The foundation is where Luis will use his alliances with members of academia to help consult and guide projects. The community development work would be sponsored by communities of migrants that would be able to collectively send their remittances for a project with which they are familiar through reading News of My People. This strategy builds off of previous efforts that migrant communities have undergone to send collective remittances to their community in times of natural disasters. The foundation’s projects would allow migrants to make a similar collective contribution to a proactive project in their community that would be carried out under the auspices of an organization they know and trust.
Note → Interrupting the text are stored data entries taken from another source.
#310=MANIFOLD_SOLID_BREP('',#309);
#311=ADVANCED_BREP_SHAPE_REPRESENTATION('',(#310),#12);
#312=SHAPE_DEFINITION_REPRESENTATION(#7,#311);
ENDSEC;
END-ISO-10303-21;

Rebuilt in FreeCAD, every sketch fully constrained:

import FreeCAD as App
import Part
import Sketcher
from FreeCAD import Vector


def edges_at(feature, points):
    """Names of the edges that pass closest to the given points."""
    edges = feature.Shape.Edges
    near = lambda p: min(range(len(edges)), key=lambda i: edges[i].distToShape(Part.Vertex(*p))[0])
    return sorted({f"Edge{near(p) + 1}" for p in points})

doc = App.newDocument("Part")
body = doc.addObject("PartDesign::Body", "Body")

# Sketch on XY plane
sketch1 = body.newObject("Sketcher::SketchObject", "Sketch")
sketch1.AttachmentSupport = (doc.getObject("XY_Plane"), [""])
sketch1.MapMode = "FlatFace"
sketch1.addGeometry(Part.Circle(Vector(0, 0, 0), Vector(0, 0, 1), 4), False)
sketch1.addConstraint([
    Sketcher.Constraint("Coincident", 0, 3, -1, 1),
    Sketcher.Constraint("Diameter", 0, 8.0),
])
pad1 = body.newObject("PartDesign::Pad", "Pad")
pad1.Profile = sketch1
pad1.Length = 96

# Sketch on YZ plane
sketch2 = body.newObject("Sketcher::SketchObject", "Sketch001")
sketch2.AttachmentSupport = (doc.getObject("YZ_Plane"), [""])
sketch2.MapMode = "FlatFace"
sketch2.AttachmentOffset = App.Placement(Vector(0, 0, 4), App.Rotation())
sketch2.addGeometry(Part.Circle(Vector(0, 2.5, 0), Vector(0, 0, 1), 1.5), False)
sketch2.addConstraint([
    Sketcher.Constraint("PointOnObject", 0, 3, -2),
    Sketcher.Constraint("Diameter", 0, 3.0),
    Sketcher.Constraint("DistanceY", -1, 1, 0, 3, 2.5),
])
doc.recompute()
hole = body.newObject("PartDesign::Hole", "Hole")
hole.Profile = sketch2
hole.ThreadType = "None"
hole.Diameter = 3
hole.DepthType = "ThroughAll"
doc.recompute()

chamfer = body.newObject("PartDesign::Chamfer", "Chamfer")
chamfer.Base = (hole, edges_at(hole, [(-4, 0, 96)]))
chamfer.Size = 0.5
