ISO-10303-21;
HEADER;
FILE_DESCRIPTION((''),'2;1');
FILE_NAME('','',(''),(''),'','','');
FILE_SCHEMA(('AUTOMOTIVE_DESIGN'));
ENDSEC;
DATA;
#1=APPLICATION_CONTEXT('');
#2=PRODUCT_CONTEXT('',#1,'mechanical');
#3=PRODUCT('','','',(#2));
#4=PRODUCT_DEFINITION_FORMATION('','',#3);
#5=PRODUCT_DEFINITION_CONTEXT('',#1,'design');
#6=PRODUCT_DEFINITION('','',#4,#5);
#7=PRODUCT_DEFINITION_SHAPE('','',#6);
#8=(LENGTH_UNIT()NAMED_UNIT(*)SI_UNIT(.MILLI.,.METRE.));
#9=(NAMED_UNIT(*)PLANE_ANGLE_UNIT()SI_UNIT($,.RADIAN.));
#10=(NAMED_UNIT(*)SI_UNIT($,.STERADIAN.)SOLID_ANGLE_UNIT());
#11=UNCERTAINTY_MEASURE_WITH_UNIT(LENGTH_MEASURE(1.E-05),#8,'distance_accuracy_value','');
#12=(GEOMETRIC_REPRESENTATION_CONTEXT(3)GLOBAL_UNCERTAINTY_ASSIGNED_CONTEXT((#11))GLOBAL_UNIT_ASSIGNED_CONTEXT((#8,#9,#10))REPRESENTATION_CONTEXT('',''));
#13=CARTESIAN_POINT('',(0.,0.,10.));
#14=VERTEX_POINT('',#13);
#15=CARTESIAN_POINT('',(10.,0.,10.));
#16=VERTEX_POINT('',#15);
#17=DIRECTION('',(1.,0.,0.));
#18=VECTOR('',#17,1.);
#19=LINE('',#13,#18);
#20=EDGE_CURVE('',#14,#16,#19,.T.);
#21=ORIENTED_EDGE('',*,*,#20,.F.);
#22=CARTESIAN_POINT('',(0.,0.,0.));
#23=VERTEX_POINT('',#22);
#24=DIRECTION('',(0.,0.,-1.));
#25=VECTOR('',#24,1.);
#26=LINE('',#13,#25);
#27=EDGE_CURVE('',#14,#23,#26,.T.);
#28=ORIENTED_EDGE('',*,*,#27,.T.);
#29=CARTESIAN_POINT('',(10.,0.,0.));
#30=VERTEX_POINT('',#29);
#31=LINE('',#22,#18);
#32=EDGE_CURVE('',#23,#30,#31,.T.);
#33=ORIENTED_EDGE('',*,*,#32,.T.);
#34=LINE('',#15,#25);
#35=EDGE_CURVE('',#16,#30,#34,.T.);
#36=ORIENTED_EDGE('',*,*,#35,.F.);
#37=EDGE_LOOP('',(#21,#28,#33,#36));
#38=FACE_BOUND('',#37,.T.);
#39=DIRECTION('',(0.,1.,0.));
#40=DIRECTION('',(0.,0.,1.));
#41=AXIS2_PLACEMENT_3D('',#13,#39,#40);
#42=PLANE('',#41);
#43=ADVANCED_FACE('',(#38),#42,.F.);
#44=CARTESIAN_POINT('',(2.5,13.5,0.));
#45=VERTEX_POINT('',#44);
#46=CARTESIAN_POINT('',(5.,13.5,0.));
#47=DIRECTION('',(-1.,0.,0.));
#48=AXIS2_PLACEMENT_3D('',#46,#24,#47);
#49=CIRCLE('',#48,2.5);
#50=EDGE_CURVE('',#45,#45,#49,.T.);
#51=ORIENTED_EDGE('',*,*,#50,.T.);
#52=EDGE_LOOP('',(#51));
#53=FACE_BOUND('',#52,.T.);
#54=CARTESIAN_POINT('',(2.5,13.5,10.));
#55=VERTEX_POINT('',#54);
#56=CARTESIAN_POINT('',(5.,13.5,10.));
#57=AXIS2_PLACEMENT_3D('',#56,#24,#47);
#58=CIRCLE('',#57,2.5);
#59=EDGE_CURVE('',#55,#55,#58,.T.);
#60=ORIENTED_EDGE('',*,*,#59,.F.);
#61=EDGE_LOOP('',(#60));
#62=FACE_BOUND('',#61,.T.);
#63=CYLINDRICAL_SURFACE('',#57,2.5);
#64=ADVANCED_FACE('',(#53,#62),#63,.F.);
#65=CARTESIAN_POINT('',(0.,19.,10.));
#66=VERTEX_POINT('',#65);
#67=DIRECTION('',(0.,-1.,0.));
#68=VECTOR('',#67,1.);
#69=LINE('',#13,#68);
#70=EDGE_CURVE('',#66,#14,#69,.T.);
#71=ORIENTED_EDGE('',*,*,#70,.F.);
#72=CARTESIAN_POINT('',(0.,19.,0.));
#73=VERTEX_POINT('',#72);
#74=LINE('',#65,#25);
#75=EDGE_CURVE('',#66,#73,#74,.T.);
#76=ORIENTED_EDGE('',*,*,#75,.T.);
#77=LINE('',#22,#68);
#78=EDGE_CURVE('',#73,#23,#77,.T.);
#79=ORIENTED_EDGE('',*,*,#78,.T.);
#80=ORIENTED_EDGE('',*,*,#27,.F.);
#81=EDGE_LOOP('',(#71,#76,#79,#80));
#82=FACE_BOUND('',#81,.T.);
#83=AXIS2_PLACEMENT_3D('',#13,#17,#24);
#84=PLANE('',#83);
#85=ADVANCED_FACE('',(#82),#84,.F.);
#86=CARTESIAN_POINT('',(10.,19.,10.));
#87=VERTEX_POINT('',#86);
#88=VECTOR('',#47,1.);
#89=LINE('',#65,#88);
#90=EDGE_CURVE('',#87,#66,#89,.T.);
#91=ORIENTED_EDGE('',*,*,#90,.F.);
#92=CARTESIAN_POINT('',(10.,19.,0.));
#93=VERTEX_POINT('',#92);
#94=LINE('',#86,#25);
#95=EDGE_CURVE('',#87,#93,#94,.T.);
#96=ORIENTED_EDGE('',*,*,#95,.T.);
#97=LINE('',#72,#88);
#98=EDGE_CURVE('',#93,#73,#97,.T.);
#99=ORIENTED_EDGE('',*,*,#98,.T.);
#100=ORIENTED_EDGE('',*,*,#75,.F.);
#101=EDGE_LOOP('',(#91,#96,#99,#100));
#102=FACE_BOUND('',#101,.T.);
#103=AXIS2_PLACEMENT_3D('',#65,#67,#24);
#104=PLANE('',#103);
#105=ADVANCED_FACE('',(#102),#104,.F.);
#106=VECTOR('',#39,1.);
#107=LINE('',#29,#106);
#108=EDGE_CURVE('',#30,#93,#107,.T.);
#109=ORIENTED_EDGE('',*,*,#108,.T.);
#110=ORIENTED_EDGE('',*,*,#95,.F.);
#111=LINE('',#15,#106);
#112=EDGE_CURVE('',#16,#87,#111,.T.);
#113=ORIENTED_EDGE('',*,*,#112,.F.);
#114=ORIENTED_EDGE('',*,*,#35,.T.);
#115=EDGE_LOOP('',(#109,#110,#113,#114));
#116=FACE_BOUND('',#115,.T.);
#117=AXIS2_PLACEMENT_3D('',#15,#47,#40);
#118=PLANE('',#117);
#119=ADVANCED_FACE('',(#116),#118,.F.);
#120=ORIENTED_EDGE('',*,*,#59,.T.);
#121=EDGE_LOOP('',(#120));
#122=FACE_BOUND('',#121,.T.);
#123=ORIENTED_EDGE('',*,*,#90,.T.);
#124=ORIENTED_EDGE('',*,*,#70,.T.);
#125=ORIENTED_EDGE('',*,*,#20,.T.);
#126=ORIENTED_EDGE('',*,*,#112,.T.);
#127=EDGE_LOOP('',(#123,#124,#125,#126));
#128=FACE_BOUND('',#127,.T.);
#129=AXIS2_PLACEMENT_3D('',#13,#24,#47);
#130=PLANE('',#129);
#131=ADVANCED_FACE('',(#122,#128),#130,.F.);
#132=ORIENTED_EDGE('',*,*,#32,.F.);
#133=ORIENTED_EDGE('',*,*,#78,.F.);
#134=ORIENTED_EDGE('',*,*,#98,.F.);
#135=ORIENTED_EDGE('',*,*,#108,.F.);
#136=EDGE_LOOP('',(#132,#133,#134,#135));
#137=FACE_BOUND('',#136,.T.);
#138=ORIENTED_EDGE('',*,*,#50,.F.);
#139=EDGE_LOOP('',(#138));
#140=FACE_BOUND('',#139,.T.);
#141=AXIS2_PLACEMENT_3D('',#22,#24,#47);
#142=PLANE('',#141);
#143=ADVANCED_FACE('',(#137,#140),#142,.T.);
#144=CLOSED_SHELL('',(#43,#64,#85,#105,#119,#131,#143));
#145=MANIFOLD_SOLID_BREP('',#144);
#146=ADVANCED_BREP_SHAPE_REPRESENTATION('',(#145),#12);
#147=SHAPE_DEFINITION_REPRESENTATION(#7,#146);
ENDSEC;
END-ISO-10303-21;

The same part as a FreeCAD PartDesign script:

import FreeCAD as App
import Part
import Sketcher
Q = App.Units.Quantity


def add_polygon(sketch, points):
    """Adds a closed chain of lines whose ends are joined by coincident constraints."""
    first, n = sketch.GeometryCount, len(points)
    for a, b in zip(points, points[1:] + points[:1]):
        sketch.addGeometry(Part.LineSegment(App.Vector(*a, 0), App.Vector(*b, 0)), False)
    for i in range(n):
        sketch.addConstraint(Sketcher.Constraint("Coincident", first + i, 2, first + (i + 1) % n, 1))

doc = App.newDocument("Part")
body = doc.addObject("PartDesign::Body", "Body")

sketch1 = body.newObject("Sketcher::SketchObject", "Sketch")
sketch1.AttachmentSupport = (doc.getObject("XY_Plane"), [""])
sketch1.MapMode = "FlatFace"
add_polygon(sketch1, [(0, 19), (0, 0), (10, 0), (10, 19)])
sketch1.addConstraint(Sketcher.Constraint("Vertical", 0))
sketch1.addConstraint(Sketcher.Constraint("Horizontal", 1))
sketch1.addConstraint(Sketcher.Constraint("Vertical", 2))
sketch1.addConstraint(Sketcher.Constraint("Horizontal", 3))
sketch1.addConstraint(Sketcher.Constraint("Coincident", 0, 2, -1, 1))
sketch1.addConstraint(Sketcher.Constraint("DistanceX", 1, 1, 1, 2, Q("10 mm")))
sketch1.addConstraint(Sketcher.Constraint("DistanceY", 0, 2, 0, 1, Q("19 mm")))
pad1 = body.newObject("PartDesign::Pad", "Pad")
pad1.Profile = sketch1
pad1.Length = 10

sketch2 = body.newObject("Sketcher::SketchObject", "Sketch001")
sketch2.AttachmentSupport = (doc.getObject("XY_Plane"), [""])
sketch2.MapMode = "FlatFace"
sketch2.addGeometry(Part.Circle(App.Vector(5, 13.5, 0), App.Vector(0, 0, 1), 2.5), False)
sketch2.addConstraint(Sketcher.Constraint("Diameter", 0, Q("5 mm")))
sketch2.addConstraint(Sketcher.Constraint("DistanceX", -1, 1, 0, 3, Q("5 mm")))
sketch2.addConstraint(Sketcher.Constraint("DistanceY", -1, 1, 0, 3, Q("13.5 mm")))
pocket1 = body.newObject("PartDesign::Pocket", "Pocket")
pocket1.Profile = sketch2
pocket1.Length = 10
pocket1.Reversed = True

doc.recompute()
After establishing News of My People in Guatemala, Luis plans to create franchises of the organization in other countries that experience similarly high levels of migration in Central America and later in Mexico.

The Person

While Luis pursued graduate studies abroad, he experienced first-hand the challenges that emigrants face in communicating with their families and knowing what is happening in their communities. Luis received a scholarship from the Inter-American Development Bank to pursue a master’s degree in eBusiness Management at the International University of Japan. He left Guatemala with an inspiration to build on his long-standing academic interest in information systems and bring back knowledge that he could employ to contribute to the development of his country. Luis quickly discovered that he felt disconnected from his home and although he had access to national Guatemalan newspapers, he struggled to find local news that would tell him about changes in his community. It was while in Japan that Luis began to design the plans for News of My People. Upon graduating in 2005, he returned to Guatemala to put his plans into action. Throughout his life, Luis has been interested in his country´s indigenous culture and entrepreneurship. Luis’ father is from an indigenous community, and as a child Luis had taken a special interest in learning about this culture and studied his father´s maternal language, Quitche. Luis has also started a number of ventures including a Cybercafé and restaurant. The restaurant, which specialized in traditional Guatemalan cuisine, was very successful but left Luis feeling unfulfilled, which motivated him to pursue graduate studies abroad.
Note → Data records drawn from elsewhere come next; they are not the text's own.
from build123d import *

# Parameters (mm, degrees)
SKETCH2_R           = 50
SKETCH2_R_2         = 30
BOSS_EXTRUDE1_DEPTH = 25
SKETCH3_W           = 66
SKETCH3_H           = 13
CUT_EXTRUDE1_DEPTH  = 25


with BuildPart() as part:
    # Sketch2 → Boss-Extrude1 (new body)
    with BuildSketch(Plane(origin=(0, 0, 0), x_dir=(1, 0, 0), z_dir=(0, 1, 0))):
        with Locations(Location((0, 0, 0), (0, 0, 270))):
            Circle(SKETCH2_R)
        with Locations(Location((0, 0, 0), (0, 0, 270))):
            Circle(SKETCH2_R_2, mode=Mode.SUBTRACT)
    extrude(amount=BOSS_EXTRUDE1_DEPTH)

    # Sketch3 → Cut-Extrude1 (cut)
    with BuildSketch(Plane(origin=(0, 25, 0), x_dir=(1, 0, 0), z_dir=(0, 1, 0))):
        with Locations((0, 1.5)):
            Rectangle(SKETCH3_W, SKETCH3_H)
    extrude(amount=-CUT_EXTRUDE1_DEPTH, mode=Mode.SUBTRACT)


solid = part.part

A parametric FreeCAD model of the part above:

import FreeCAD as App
import Part
import Sketcher


def add_polygon(sketch, points):
    """Adds a closed chain of lines whose ends are joined by coincident constraints."""
    first, n = sketch.GeometryCount, len(points)
    for a, b in zip(points, points[1:] + points[:1]):
        sketch.addGeometry(Part.LineSegment(App.Vector(*a, 0), App.Vector(*b, 0)), False)
    for i in range(n):
        sketch.addConstraint(Sketcher.Constraint("Coincident", first + i, 2, first + (i + 1) % n, 1))

doc = App.newDocument("Part")
body = doc.addObject("PartDesign::Body", "Body")

sketch1 = body.newObject("Sketcher::SketchObject", "Sketch")
sketch1.AttachmentSupport = (doc.getObject("XZ_Plane"), [""])
sketch1.MapMode = "FlatFace"
sketch1.addGeometry(Part.Circle(App.Vector(0, 0, 0), App.Vector(0, 0, 1), 50), False)
sketch1.addGeometry(Part.Circle(App.Vector(0, 0, 0), App.Vector(0, 0, 1), 30), False)
sketch1.addConstraint(Sketcher.Constraint("Coincident", 0, 3, -1, 1))
sketch1.addConstraint(Sketcher.Constraint("Coincident", 1, 3, -1, 1))
sketch1.addConstraint(Sketcher.Constraint("Diameter", 0, 100.0))
sketch1.addConstraint(Sketcher.Constraint("Diameter", 1, 60.0))
pad1 = body.newObject("PartDesign::Pad", "Pad")
pad1.Profile = sketch1
pad1.Length = 25
pad1.Reversed = True

sketch2 = body.newObject("Sketcher::SketchObject", "Sketch001")
sketch2.AttachmentSupport = (doc.getObject("XZ_Plane"), [""])
sketch2.MapMode = "FlatFace"
sketch2.AttachmentOffset = App.Placement(App.Vector(0, 0, -25), App.Rotation())
add_polygon(sketch2, [(-33, -8), (-33, 5), (33, 5), (33, -8)])
sketch2.addConstraint(Sketcher.Constraint("Vertical", 0))
sketch2.addConstraint(Sketcher.Constraint("Horizontal", 1))
sketch2.addConstraint(Sketcher.Constraint("Vertical", 2))
sketch2.addConstraint(Sketcher.Constraint("Horizontal", 3))
sketch2.addConstraint(Sketcher.Constraint("DistanceX", 1, 1, 1, 2, 66.0))
sketch2.addConstraint(Sketcher.Constraint("DistanceY", 0, 1, 0, 2, 13.0))
sketch2.addConstraint(Sketcher.Constraint("DistanceX", 0, 2, -1, 1, 33.0))
sketch2.addConstraint(Sketcher.Constraint("DistanceY", -1, 1, 0, 2, 5.0))
pocket1 = body.newObject("PartDesign::Pocket", "Pocket")
pocket1.Profile = sketch2
pocket1.Length = 25
pocket1.Reversed = True

doc.recompute()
Luis’ interest in community development projects was also shaped by his experiences in Asia. He studied the comparative development of Asia and South America and was struck by the fact that the two regions had similar cultural, natural and social heritages yet many countries in Asia had been able to develop rapidly by taking advantage of its assets in tourism and in the exportation of agricultural products. Reflecting back to his country, Luis began to imagine how different the rural areas of Guatemala could be if they were able to benefit from the wealth of their heritage. From this experience, Luis envisages that News of My People will be able to unlock new potential for economic development in rural Guatemala through tourism and the sharing of traditional agricultural practices.